Your answer must consist solely of the lines from the start of the entries below through the line with "f 111 106 102", unchanged.

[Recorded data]

+++++

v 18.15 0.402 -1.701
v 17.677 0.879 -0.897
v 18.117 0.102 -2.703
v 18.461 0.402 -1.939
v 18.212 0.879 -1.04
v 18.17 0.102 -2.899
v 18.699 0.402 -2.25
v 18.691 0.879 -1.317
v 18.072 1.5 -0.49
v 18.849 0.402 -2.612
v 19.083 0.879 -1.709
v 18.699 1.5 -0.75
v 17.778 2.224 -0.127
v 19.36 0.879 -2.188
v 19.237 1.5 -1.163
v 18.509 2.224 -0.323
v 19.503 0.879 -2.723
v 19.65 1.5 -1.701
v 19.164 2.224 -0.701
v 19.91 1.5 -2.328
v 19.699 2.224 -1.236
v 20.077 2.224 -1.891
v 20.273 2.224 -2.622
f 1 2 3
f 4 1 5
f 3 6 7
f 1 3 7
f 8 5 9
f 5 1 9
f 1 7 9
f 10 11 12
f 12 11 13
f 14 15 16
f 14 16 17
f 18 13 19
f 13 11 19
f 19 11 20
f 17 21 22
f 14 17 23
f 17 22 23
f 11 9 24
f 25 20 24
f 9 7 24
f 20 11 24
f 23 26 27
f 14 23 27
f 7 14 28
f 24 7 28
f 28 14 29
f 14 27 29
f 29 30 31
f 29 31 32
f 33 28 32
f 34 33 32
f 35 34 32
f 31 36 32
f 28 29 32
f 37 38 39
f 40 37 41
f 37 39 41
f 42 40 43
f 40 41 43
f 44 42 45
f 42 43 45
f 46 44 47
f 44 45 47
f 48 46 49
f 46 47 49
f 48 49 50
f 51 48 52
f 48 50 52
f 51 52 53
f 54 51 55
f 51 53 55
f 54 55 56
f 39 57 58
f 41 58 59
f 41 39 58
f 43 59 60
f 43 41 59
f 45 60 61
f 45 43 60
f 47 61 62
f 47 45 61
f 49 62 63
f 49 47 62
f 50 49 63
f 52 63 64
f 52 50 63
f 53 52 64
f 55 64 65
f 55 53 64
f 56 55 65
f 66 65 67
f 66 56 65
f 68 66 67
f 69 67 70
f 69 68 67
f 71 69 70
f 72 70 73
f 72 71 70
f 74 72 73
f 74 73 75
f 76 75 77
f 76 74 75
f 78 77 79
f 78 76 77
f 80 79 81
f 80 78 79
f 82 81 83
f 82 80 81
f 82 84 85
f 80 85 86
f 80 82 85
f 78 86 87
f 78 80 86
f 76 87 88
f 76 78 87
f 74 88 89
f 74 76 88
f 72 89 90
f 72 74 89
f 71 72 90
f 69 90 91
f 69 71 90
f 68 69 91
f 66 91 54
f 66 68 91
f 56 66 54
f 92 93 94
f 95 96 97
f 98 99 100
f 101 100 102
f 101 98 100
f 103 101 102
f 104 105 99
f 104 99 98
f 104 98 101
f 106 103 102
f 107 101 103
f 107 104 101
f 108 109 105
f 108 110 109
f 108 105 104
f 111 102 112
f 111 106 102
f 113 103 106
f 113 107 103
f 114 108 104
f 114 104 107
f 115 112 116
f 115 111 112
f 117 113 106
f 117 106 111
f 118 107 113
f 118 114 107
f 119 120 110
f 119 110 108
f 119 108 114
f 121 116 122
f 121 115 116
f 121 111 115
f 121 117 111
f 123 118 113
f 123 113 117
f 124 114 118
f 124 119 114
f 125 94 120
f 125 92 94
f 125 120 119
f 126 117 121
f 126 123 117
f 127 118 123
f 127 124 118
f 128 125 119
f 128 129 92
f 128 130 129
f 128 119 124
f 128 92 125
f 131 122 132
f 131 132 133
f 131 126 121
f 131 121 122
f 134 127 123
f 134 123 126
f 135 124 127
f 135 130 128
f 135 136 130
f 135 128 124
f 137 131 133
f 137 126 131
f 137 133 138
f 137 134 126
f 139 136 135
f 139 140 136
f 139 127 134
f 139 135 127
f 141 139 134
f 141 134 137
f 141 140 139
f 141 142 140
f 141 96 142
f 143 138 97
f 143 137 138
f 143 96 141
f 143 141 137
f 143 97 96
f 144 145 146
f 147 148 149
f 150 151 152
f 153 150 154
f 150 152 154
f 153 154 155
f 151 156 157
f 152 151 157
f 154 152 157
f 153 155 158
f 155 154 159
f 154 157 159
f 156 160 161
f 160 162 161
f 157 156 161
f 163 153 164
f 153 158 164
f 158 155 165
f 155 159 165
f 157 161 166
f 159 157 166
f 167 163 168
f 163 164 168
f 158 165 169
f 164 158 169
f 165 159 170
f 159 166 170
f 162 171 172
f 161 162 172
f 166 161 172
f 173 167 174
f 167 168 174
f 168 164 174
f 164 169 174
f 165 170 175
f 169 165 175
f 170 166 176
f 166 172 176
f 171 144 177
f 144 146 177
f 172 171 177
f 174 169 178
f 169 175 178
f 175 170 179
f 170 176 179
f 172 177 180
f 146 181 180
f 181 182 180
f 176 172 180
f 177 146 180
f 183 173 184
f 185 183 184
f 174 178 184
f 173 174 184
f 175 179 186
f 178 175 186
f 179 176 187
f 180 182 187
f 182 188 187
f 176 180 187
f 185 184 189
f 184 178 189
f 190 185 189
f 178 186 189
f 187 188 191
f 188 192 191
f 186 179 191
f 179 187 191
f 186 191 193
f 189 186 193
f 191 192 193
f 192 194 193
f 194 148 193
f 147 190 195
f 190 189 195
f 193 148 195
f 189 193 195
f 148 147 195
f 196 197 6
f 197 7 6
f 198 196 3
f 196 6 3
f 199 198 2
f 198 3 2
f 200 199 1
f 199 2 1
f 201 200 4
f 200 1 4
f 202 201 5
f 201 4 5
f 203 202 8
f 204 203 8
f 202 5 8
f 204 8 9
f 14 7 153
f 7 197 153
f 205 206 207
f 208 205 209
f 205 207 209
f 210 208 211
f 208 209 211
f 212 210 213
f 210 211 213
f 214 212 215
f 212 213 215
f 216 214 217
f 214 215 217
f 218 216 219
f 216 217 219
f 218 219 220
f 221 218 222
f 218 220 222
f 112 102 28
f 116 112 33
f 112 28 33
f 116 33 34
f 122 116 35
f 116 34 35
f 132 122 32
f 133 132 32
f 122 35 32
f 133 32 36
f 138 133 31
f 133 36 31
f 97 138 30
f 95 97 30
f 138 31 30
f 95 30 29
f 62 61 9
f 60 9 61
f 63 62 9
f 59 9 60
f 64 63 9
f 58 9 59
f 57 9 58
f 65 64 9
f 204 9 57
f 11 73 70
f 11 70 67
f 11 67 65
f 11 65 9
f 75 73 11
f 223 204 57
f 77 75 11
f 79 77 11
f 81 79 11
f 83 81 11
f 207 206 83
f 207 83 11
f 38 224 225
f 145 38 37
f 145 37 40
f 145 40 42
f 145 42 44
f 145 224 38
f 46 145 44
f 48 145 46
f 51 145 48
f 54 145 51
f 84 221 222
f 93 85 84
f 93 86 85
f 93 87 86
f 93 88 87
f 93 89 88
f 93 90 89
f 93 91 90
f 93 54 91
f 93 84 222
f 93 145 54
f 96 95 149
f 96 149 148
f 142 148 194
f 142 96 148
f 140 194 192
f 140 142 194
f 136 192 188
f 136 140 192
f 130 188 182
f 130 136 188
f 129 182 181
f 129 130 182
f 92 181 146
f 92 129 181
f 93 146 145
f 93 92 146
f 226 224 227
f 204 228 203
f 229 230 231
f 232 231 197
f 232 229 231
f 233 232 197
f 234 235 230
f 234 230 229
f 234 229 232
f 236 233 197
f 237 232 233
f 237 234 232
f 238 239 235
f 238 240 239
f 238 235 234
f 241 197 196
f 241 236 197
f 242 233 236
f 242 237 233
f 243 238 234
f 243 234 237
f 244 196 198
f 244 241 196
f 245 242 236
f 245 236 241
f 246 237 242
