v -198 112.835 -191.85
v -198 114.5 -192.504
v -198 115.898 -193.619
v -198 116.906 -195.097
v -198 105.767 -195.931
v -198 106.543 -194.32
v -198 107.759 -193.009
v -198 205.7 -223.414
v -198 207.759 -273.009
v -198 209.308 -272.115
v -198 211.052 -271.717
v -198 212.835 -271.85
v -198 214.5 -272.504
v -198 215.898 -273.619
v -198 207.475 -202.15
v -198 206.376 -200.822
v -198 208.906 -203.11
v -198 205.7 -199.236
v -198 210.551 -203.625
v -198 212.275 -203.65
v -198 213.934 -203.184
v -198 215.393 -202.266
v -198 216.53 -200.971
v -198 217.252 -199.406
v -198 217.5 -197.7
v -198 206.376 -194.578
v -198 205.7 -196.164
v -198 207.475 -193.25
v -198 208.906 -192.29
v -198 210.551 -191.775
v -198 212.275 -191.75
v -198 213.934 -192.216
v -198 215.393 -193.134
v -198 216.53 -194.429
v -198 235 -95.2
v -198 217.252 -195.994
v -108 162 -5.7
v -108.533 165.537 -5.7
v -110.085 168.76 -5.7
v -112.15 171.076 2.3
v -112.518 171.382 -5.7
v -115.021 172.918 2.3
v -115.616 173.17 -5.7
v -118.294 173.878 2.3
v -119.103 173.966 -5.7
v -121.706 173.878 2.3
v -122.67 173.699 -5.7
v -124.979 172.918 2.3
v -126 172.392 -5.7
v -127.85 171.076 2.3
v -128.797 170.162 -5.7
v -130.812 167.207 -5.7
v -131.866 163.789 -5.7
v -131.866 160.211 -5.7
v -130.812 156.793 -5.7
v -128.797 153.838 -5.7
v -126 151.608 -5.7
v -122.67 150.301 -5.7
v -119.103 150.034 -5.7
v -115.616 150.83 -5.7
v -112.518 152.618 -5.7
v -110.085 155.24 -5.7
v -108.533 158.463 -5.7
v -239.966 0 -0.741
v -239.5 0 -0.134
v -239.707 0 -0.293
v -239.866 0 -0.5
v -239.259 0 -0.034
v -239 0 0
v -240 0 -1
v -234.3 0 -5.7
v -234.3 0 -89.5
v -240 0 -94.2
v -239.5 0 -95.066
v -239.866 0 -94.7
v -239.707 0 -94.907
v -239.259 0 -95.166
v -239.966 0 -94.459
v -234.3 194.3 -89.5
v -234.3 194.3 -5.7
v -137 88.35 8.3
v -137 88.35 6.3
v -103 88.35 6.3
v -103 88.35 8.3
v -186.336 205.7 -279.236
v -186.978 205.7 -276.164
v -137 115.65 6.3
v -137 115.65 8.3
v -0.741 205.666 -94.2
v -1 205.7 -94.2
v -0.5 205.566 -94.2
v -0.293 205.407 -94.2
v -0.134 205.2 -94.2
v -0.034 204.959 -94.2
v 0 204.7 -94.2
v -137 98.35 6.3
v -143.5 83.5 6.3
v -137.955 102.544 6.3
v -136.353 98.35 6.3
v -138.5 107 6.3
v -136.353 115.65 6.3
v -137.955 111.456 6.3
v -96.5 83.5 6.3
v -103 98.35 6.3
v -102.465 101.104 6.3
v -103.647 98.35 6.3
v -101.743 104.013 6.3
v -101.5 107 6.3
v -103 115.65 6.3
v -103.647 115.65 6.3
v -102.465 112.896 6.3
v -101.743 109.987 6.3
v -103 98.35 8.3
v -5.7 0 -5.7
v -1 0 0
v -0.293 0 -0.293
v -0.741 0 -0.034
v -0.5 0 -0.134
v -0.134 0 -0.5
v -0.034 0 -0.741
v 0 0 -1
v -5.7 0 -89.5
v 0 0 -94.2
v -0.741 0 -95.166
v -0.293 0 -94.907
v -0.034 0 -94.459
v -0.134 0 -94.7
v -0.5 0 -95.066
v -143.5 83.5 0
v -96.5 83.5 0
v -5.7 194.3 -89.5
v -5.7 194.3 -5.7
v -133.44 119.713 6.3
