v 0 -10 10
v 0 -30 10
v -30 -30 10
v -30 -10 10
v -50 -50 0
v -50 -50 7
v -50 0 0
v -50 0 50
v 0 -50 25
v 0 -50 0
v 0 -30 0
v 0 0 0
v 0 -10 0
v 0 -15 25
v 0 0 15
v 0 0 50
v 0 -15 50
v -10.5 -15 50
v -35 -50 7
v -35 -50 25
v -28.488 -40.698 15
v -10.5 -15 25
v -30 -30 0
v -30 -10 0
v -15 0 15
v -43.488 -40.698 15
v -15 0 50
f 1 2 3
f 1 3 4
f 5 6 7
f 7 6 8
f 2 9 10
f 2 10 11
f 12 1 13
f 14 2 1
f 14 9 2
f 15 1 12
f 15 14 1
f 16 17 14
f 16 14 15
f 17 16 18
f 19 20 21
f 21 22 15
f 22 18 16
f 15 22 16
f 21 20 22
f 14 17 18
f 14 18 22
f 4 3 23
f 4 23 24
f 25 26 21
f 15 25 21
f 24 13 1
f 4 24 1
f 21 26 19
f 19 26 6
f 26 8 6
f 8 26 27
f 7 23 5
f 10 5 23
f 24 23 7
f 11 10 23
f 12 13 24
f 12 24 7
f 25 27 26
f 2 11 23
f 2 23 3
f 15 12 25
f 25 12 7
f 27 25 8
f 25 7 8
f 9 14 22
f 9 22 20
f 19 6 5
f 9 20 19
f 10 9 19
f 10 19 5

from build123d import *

# Parameters (mm, degrees)
F1_DEPTH  = 50
F4_DEPTH  = 43
F7_REACH  = 115.9479483752
F11_DEPTH = 35
F12_W     = 20
F12_H     = 10
F14_DEPTH = 30


with BuildPart() as f1:
    # F0 (on Right) → F1 (new body)
    with BuildSketch(Plane.YZ):
        Polygon((-50, 0), (0, 0), (0, 50), (-15, 50), (-15, 25), (-50, 25), align=None)
    extrude(amount=-F1_DEPTH)

    # F2 (on face) → F4 (cut, through all)
    with BuildSketch(Plane.XY.offset(50)):
        Polygon((0, 0), (-50, 0), (-50, -50), (-35, -50), align=None)
    extrude(amount=-F4_DEPTH, mode=Mode.SUBTRACT)

    f7_end = Plane(origin=(-13.8970588235, -19.8529411765, 22.3235294118), x_dir=(-0.5734623444, -0.8192319205, 0), z_dir=(-0.8192319205, 0.5734623444, 0))
    # F6 (on plane+point) → F7 (join, up to a plane its end follows)
    with BuildSketch(Plane.YZ.offset(-50)):
        Polygon((-50, 7), (0, 7), (0, 50), align=None)
    f7_long = extrude(amount=F7_REACH, mode=Mode.PRIVATE)
    add(split(f7_long, bisect_by=f7_end, keep=Keep.TOP, mode=Mode.PRIVATE))

    # F9 (on plane+point) → F11 (cut, through all)
    with BuildSketch(Plane.XY.offset(50)):
        Polygon((0, 0), (-15, 0), (-50, -50), (-35, -50), align=None)
    extrude(amount=-F11_DEPTH, mode=Mode.SUBTRACT)

    # F12 (on face) → F14 (cut, through all)
    with BuildSketch(Plane.YZ):
        with Locations((-20, 5)):
            Rectangle(F12_W, F12_H)
    extrude(amount=-F14_DEPTH, mode=Mode.SUBTRACT)


solid = f1.part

+++++

● **EXPECTED ANSWER**:
v 18.15 0.402 -1.701
v 17.677 0.879 -0.897
v 18.117 0.102 -2.703
v 18.461 0.402 -1.939
v 18.212 0.879 -1.04
v 18.17 0.102 -2.899
v 18.699 0.402 -2.25
v 18.691 0.879 -1.317
v 18.072 1.5 -0.49
v 18.849 0.402 -2.612
v 19.083 0.879 -1.709
v 18.699 1.5 -0.75
v 17.778 2.224 -0.127
v 19.36 0.879 -2.188
v 19.237 1.5 -1.163
v 18.509 2.224 -0.323
v 19.503 0.879 -2.723
v 19.65 1.5 -1.701
v 19.164 2.224 -0.701
v 19.91 1.5 -2.328
v 19.699 2.224 -1.236
v 20.077 2.224 -1.891
v 20.273 2.224 -2.622
f 1 2 3
f 4 1 5
f 3 6 7
f 1 3 7
f 8 5 9
f 5 1 9
f 1 7 9
f 10 11 12
f 12 11 13
f 14 15 16
f 14 16 17
f 18 13 19
f 13 11 19
f 19 11 20
f 17 21 22
f 14 17 23
f 17 22 23
f 11 9 24
f 25 20 24
f 9 7 24
f 20 11 24
f 23 26 27
f 14 23 27
f 7 14 28
f 24 7 28
f 28 14 29
f 14 27 29
f 29 30 31
f 29 31 32
f 33 28 32
f 34 33 32
f 35 34 32
f 31 36 32
f 28 29 32
f 37 38 39
f 40 37 41
f 37 39 41
f 42 40 43
f 40 41 43
f 44 42 45
f 42 43 45
f 46 44 47
f 44 45 47
f 48 46 49
f 46 47 49
f 48 49 50
f 51 48 52
f 48 50 52
f 51 52 53
f 54 51 55
f 51 53 55
f 54 55 56
f 39 57 58
f 41 58 59
f 41 39 58
f 43 59 60
f 43 41 59
f 45 60 61
f 45 43 60
f 47 61 62
f 47 45 61
f 49 62 63
f 49 47 62
f 50 49 63
f 52 63 64
f 52 50 63
f 53 52 64
f 55 64 65
f 55 53 64
f 56 55 65
f 66 65 67
f 66 56 65
f 68 66 67
f 69 67 70
f 69 68 67
f 71 69 70
f 72 70 73
f 72 71 70
f 74 72 73
f 74 73 75
f 76 75 77
f 76 74 75
f 78 77 79
f 78 76 77
f 80 79 81
f 80 78 79
f 82 81 83
f 82 80 81
f 82 84 85
f 80 85 86
f 80 82 85
f 78 86 87
f 78 80 86
f 76 87 88
f 76 78 87
f 74 88 89
f 74 76 88
f 72 89 90
f 72 74 89
f 71 72 90
f 69 90 91
f 69 71 90
f 68 69 91
f 66 91 54
f 66 68 91
f 56 66 54
f 92 93 94
f 95 96 97
f 98 99 100
f 101 100 102
f 101 98 100
f 103 101 102
f 104 105 99
f 104 99 98
f 104 98 101
f 106 103 102
f 107 101 103
f 107 104 101
f 108 109 105
f 108 110 109
f 108 105 104
f 111 102 112
f 111 106 102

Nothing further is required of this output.